Anyone looking for some type of grounding in reality of why we are seeing so much unlawful immigration and so many refugees around the world only need this piece to get a context of how corrupt capitalism, private capital and this economic system have always been.   There may have been a small window of dynamics when corporate capitalists weren’t bringing in boatloads of immigrants to fill their factories, and that created a mass movement of black and impoverished white labor in this nation.  For black Americans, this meant instead of being exploited as sharecroppers, they were exploited as wage slaves.  For a short period of time black labor and impoverished white labor was finally allowed a small piece of the pie.  That didn’t last long.   Because soon the endless labor arbitraging of the corporate state was again in full swing through either cheap immigrant labor or corporate slave labor colonies around the world. 

This is the real dynamic behind the diaspora our nation is experiencing.  And once again it is both black and white Americans who are being exploited with immigrant labor.  And, interestingly, it is now a president with both a black and white heritage taking that exploitation to a new level.  Now asking for billions to deal with an immigration crisis he is largely responsible for while Americans on the receiving end continue to rot.  We are simply lathering, rinsing and repeating the same corrupt, unlawful process over and over and over again.  A process created by the corporate state.  Who wins?  The corporate state.  Who loses?  All labor, be that white collar, blue collar.   It doesn’t matter.  All labor is exploited whether it is physical labor or intellectual labor.  And now the repression is so great that white collar labor is getting a major dose of reality as doctors are told by capitalists they are allowed seven minutes to see a patient as just one of countless examples.   What decent human being wants to practice medicine under such violence?

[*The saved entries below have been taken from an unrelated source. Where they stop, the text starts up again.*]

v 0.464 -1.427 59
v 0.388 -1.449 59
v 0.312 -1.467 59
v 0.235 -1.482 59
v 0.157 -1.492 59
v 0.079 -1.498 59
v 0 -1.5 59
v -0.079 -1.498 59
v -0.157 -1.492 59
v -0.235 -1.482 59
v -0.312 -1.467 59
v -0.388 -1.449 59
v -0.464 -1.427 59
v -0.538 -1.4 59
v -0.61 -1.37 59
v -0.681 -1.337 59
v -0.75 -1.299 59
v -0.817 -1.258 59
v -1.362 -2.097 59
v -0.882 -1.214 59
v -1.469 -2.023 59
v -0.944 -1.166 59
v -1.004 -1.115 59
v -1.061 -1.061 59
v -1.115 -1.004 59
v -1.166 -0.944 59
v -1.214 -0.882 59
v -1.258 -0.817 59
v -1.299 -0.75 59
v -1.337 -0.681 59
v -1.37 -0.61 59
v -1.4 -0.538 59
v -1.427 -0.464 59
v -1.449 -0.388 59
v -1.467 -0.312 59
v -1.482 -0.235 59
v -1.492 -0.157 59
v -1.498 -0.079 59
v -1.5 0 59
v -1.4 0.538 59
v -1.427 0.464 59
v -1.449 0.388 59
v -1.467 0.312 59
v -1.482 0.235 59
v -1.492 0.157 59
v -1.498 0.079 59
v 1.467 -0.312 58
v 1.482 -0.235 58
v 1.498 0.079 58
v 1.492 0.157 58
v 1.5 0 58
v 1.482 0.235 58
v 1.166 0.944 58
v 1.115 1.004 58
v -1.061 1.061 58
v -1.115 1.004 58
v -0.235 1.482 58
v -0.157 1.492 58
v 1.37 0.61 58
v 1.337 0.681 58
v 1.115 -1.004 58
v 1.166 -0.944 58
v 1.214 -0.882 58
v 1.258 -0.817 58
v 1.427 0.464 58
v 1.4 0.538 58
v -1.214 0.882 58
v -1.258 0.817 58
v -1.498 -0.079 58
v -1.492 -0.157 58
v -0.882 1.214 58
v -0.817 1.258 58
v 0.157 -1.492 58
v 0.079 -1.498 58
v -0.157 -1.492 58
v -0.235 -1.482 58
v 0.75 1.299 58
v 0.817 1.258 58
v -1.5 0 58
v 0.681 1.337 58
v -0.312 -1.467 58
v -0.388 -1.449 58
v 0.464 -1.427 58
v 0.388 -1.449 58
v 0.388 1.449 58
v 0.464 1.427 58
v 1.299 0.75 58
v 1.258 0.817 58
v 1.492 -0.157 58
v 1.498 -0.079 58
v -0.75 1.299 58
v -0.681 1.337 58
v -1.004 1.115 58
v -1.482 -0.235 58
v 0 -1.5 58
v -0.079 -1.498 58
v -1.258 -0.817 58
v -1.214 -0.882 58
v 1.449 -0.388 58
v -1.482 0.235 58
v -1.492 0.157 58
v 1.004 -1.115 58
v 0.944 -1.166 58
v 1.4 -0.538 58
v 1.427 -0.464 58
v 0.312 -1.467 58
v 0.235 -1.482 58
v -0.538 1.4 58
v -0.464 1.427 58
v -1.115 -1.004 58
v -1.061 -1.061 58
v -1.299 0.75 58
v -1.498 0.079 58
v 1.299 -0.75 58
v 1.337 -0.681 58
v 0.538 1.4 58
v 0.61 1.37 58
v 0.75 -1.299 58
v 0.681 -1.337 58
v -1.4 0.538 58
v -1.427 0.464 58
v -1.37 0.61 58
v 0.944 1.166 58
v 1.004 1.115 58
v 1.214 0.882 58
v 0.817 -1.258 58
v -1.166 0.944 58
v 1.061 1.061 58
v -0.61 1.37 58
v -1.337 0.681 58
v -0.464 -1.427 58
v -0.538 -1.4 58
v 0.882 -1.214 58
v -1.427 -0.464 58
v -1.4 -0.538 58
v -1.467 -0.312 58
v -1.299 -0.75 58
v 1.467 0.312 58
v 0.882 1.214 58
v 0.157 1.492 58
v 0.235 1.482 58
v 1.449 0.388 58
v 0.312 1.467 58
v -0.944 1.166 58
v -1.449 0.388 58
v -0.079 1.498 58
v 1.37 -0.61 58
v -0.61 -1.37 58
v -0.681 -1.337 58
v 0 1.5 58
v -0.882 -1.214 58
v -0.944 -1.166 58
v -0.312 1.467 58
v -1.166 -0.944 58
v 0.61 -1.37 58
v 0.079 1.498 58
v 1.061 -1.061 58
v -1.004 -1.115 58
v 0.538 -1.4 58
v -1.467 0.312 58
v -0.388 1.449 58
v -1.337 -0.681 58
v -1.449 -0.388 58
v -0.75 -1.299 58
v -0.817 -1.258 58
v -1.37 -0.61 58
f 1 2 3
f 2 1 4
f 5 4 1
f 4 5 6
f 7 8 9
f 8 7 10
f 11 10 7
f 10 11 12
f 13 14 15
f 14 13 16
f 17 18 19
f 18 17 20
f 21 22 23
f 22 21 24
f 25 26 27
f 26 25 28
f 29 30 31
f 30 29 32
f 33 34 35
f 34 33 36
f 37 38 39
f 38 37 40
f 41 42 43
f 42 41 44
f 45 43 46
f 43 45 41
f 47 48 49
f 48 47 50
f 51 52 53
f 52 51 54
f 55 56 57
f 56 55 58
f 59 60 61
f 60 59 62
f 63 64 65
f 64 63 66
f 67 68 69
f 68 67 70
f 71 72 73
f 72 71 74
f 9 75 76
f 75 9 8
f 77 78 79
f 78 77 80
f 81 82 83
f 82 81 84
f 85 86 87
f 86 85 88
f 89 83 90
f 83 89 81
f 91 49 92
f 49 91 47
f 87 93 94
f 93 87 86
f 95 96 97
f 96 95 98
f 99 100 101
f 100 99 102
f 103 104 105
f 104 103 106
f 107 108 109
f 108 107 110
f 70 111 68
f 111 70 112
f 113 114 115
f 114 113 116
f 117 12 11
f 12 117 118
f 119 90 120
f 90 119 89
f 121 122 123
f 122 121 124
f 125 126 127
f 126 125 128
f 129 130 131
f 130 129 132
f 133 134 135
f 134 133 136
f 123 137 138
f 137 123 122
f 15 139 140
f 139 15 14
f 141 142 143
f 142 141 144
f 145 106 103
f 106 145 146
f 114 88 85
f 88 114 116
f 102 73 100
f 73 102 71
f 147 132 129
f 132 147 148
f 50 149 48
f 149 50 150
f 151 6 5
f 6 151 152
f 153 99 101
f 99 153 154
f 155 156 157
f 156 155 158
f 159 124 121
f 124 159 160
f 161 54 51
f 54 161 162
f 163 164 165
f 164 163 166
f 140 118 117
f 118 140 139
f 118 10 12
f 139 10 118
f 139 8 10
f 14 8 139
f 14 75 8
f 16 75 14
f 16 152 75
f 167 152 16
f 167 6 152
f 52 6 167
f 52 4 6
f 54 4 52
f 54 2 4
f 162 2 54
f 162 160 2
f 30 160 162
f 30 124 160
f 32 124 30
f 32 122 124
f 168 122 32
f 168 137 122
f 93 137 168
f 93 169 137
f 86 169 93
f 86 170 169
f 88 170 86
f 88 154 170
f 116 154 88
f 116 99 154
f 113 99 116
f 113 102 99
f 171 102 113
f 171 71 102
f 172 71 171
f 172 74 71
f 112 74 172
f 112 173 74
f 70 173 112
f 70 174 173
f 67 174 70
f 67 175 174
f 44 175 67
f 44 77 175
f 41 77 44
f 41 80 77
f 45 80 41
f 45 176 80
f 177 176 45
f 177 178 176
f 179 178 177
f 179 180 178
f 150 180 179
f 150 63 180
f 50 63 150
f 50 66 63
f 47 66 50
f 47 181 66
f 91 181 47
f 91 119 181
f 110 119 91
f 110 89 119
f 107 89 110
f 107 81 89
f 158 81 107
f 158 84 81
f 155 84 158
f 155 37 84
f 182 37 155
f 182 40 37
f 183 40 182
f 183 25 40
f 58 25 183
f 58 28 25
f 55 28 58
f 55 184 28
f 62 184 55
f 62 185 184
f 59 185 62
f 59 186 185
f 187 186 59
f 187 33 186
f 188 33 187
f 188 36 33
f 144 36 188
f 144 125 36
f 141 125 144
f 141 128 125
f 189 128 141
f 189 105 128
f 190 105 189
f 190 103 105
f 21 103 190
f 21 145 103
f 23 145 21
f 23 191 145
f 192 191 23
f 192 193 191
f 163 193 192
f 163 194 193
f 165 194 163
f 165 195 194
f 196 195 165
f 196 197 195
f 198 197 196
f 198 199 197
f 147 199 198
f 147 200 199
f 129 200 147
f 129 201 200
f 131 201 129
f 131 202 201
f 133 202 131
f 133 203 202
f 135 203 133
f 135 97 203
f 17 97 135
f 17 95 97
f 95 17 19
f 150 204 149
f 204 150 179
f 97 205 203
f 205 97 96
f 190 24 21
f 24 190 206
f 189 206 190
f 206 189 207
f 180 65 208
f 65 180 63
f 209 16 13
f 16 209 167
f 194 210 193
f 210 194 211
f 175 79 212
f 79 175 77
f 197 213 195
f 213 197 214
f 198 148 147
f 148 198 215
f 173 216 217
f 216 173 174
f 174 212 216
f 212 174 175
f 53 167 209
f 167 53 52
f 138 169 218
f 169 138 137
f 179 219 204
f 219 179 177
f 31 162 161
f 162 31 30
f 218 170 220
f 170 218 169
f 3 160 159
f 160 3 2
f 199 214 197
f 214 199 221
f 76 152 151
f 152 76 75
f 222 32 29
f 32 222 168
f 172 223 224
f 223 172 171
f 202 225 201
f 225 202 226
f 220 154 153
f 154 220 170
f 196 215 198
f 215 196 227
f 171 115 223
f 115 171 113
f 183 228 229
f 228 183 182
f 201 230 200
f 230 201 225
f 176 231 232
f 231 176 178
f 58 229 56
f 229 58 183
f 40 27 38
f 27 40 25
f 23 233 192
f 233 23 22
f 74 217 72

I have written extensively of the how and why but this story is a prime example of why we need public capital in a democracy.  Because wage slavery, economic slavery and the associated subjugation to social injustice and human suffering are and always have been part of this system.   What does it matter that outright slavery was abolished if economic and wage slavery still exist?    What does it matter if you have basic human rights if they are not applicable to your place of work or the economic system that sets the tone for every aspect of your existence?   This is a prime reminder of why public capital is needed to actually stimulate private investment, public investment, human investment and investment in free communities.   And why Jefferson’s desire for government to literally give every American their own property (public capital) was and remains so important.  And, by public capital, no I don’t mean anything controlled by politicians as noted on here repeatedly.  Politics is going to disappear some day forever because it is an institution of the ego aka control that subverts truth and freedom.  

We have never, in the history of capitalism, had a free society or a free market.  What we should seek are fair markets that work on behalf of society and individuals rather than private, for-profit corporate interests, state actors or private individual interests stripping people of the vast majority of their fruitful labor for exploited surplus value.